[Stored items]
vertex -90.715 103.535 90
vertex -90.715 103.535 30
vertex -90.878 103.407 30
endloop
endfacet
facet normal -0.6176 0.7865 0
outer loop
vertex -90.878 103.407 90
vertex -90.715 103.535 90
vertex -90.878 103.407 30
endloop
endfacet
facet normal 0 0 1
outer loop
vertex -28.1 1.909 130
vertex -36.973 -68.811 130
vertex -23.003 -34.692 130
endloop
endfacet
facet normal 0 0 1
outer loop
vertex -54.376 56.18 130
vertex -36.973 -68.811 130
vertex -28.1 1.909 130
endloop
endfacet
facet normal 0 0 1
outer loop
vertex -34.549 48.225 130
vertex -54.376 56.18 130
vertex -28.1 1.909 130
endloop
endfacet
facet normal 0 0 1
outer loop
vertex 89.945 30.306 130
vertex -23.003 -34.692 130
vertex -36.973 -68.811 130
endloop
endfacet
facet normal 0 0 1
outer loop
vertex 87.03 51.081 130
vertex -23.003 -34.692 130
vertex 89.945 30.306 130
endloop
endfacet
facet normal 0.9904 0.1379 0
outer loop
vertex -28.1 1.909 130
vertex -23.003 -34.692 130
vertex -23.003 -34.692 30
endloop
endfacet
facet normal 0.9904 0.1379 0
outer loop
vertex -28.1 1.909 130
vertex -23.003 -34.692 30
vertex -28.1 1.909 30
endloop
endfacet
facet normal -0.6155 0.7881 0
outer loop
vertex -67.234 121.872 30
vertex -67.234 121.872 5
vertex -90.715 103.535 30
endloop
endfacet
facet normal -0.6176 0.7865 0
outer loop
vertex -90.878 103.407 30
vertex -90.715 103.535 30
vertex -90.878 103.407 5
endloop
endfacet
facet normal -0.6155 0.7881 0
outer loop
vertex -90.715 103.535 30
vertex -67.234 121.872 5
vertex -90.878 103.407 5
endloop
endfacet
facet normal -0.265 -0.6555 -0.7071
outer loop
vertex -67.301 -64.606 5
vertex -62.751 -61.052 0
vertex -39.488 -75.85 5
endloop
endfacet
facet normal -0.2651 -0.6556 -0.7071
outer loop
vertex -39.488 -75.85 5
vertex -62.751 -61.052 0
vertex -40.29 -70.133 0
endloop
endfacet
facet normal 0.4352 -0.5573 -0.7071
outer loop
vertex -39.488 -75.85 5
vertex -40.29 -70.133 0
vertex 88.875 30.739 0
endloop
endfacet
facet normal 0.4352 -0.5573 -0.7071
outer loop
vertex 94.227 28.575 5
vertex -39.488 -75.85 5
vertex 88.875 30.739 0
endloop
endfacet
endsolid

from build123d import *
* * *
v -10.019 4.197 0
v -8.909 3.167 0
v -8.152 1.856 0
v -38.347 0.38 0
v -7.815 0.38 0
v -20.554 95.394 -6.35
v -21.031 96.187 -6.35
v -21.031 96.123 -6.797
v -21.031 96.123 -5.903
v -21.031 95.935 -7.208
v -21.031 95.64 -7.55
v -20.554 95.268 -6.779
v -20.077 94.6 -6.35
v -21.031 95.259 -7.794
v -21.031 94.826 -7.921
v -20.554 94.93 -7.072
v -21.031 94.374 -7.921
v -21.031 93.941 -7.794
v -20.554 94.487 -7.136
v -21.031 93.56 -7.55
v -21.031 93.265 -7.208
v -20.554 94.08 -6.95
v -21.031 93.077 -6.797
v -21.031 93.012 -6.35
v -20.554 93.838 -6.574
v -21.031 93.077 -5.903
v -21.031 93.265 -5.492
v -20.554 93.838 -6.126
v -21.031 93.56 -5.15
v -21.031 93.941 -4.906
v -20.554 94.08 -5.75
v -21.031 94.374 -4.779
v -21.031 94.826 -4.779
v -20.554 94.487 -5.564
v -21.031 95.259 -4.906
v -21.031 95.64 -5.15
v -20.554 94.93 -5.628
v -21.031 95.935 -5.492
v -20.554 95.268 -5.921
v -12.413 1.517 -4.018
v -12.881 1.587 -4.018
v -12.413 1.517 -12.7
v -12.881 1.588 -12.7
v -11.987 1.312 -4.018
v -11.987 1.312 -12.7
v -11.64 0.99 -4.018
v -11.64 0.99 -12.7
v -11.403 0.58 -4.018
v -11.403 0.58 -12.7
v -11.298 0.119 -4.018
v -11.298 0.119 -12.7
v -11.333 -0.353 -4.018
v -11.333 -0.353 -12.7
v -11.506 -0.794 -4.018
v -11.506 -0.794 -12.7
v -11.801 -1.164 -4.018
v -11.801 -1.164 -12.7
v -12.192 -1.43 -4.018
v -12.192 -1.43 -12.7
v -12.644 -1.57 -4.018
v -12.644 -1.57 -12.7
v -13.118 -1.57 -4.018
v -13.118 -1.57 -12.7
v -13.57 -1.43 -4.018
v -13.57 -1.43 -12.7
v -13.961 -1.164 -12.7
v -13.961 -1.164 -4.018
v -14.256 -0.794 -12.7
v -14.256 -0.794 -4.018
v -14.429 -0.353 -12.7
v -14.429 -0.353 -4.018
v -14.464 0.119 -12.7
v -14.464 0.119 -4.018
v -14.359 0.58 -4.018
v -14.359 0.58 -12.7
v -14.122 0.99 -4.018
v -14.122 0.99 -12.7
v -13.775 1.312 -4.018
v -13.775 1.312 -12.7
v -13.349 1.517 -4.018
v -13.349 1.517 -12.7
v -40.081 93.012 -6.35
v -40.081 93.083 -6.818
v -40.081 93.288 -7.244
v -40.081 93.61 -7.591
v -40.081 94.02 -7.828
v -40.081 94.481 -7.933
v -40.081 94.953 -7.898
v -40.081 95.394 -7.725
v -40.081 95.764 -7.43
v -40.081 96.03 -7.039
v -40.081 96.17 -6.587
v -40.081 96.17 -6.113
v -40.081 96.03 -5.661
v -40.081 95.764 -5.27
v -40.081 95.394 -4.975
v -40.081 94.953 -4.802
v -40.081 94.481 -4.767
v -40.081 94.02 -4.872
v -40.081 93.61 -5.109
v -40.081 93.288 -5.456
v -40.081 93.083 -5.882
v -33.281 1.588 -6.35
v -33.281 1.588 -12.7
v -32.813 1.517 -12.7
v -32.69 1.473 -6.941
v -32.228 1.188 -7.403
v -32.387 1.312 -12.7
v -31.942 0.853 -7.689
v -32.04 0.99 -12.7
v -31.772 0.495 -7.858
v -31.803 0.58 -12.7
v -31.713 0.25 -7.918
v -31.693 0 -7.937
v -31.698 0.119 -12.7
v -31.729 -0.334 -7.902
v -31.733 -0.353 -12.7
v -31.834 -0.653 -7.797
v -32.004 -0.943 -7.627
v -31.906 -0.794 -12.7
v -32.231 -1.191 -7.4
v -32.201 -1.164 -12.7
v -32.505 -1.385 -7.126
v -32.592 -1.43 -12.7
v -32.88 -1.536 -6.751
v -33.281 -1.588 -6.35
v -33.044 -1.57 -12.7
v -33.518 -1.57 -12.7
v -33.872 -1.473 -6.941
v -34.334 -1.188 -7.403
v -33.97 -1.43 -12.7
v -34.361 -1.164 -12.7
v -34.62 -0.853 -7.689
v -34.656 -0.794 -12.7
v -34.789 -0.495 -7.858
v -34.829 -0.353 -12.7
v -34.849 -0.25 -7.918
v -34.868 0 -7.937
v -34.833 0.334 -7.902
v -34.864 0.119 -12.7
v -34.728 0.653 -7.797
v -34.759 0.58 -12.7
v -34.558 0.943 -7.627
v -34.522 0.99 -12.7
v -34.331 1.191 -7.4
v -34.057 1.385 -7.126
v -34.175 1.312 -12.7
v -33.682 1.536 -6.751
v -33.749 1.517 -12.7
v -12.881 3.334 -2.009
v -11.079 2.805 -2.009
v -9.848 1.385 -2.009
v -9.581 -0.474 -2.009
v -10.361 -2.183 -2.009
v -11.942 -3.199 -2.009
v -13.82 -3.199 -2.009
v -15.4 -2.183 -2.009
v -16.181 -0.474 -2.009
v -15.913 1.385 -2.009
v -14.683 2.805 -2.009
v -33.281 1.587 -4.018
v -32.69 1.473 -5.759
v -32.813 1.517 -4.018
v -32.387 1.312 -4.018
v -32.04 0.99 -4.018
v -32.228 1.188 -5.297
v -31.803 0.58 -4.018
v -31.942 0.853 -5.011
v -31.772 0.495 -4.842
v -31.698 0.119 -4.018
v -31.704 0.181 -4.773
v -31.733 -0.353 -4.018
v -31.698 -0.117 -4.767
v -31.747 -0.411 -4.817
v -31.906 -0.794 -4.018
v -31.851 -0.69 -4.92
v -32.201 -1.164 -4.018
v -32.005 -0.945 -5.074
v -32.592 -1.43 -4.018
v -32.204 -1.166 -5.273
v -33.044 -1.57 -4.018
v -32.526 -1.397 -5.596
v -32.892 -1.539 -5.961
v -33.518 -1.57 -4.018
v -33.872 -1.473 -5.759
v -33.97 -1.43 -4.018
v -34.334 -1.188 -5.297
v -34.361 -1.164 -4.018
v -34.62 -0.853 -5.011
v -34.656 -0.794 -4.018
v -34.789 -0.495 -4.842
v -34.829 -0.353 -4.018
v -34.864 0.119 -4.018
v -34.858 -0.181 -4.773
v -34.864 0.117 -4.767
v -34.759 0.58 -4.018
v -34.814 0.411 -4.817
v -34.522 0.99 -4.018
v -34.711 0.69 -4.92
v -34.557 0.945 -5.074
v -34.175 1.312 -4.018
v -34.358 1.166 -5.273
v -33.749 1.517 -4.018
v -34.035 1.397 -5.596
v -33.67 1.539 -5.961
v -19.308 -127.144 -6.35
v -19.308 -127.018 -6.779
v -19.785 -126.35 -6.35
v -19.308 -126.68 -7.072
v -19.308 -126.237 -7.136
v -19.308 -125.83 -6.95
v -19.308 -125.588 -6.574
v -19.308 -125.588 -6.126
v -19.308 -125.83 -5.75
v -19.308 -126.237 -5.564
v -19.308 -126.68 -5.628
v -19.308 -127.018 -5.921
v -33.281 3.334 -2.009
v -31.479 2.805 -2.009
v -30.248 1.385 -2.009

** Action item **
Among the records above, a stretch begins at the line containing "v -20.077 94.6 -6.35" and ends at the line containing "v -21.031 93.941 -4.906". Restate that stretch word for word, and nothing else.

** Answer space **
v -20.077 94.6 -6.35
v -21.031 95.259 -7.794
v -21.031 94.826 -7.921
v -20.554 94.93 -7.072
v -21.031 94.374 -7.921
v -21.031 93.941 -7.794
v -20.554 94.487 -7.136
v -21.031 93.56 -7.55
v -21.031 93.265 -7.208
v -20.554 94.08 -6.95
v -21.031 93.077 -6.797
v -21.031 93.012 -6.35
v -20.554 93.838 -6.574
v -21.031 93.077 -5.903
v -21.031 93.265 -5.492
v -20.554 93.838 -6.126
v -21.031 93.56 -5.15
v -21.031 93.941 -4.906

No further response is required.